• [Aim of the task] Please transcribe the data that follows exactly, from its first line through the line that contains "Circle(SKETCH1_R)".

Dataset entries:
▬▬▬
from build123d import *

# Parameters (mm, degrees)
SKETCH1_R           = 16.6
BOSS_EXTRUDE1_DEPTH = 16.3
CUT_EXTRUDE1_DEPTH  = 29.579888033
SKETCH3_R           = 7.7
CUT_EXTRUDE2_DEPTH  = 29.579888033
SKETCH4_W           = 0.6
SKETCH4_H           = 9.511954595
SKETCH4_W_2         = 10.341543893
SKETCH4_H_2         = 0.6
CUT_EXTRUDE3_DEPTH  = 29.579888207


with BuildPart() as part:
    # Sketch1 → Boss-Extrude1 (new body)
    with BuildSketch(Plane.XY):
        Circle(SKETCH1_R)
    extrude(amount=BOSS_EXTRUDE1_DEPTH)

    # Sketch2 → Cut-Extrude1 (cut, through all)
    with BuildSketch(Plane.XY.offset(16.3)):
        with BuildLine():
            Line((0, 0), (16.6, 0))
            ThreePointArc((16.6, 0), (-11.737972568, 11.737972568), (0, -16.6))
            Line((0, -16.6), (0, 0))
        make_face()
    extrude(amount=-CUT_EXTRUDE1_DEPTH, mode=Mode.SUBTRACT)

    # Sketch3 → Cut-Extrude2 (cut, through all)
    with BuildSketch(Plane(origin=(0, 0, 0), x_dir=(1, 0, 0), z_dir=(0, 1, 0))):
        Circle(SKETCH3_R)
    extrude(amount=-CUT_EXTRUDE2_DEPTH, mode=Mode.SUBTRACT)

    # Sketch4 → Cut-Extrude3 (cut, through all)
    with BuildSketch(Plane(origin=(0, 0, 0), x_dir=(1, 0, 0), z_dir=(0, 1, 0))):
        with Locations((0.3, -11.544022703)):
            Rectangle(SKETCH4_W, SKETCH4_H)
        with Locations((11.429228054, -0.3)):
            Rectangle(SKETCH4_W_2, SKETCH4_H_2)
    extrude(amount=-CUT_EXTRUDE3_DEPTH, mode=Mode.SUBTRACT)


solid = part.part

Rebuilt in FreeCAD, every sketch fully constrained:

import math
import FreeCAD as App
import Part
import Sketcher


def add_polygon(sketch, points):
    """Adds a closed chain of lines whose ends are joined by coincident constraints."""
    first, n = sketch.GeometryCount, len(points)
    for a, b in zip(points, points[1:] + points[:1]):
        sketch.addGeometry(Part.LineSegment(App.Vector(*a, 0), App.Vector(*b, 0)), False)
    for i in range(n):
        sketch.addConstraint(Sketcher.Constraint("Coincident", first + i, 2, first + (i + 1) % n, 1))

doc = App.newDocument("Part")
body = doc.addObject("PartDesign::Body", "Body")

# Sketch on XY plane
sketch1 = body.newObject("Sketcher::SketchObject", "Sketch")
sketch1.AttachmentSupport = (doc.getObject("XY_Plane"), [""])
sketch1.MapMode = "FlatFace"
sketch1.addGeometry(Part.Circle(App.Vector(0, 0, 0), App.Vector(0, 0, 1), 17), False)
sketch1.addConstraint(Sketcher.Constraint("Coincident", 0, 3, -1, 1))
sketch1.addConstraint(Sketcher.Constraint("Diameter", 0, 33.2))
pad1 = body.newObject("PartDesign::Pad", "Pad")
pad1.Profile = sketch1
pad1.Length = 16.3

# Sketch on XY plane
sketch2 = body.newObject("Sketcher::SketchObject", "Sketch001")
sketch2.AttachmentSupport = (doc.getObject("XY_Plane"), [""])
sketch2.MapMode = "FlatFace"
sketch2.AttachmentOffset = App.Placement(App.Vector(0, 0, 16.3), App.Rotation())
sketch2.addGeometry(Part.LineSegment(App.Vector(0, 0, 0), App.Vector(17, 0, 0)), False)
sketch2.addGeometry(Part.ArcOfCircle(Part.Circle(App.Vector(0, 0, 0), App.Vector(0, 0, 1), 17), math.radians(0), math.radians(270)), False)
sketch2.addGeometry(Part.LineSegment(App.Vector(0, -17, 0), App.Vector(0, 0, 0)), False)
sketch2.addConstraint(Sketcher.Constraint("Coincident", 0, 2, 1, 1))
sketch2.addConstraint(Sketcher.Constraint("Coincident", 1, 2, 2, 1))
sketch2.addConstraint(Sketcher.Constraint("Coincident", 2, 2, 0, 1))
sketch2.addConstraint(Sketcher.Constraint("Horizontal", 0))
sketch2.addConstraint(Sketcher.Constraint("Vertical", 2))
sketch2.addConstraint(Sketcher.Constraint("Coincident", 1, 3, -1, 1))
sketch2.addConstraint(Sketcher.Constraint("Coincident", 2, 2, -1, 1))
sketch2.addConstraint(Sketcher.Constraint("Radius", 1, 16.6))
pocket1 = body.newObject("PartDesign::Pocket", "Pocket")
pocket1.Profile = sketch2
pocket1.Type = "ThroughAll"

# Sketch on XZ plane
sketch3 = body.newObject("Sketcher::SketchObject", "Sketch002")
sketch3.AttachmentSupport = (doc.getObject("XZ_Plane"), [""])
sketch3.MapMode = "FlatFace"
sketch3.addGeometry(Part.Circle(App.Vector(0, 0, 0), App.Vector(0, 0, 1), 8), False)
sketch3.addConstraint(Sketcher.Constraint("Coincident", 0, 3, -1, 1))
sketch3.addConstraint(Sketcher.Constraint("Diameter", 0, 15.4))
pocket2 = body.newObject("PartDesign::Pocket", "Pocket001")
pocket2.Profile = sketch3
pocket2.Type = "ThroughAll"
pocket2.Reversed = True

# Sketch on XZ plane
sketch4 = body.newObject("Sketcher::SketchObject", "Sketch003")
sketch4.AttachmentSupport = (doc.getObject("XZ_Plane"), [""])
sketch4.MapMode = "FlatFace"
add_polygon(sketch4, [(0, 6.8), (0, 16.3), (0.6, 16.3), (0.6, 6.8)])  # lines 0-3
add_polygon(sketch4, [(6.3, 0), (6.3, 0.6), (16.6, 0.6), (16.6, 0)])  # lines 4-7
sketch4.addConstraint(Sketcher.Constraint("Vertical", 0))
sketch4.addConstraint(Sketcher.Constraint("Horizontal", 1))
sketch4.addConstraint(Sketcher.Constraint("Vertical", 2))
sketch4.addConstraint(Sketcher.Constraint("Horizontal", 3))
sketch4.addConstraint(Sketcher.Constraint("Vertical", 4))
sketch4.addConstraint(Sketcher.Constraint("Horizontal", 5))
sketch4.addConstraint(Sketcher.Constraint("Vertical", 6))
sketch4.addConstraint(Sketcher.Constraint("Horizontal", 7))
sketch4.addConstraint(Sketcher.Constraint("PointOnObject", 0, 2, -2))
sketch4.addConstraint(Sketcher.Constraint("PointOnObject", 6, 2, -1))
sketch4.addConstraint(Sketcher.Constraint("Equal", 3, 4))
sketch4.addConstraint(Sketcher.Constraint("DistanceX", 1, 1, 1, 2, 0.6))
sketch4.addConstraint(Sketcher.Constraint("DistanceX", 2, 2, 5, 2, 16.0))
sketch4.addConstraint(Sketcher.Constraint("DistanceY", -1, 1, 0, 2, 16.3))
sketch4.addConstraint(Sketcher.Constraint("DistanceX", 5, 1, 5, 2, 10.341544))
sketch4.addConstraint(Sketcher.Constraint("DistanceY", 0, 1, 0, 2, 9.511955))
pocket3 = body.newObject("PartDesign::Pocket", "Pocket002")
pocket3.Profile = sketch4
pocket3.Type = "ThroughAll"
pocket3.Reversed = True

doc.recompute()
▬▬▬
• [Result]
from build123d import *

# Parameters (mm, degrees)
SKETCH1_R           = 16.6
BOSS_EXTRUDE1_DEPTH = 16.3
CUT_EXTRUDE1_DEPTH  = 29.579888033
SKETCH3_R           = 7.7
CUT_EXTRUDE2_DEPTH  = 29.579888033
SKETCH4_W           = 0.6
SKETCH4_H           = 9.511954595
SKETCH4_W_2         = 10.341543893
SKETCH4_H_2         = 0.6
CUT_EXTRUDE3_DEPTH  = 29.579888207


with BuildPart() as part:
    # Sketch1 → Boss-Extrude1 (new body)
    with BuildSketch(Plane.XY):
        Circle(SKETCH1_R)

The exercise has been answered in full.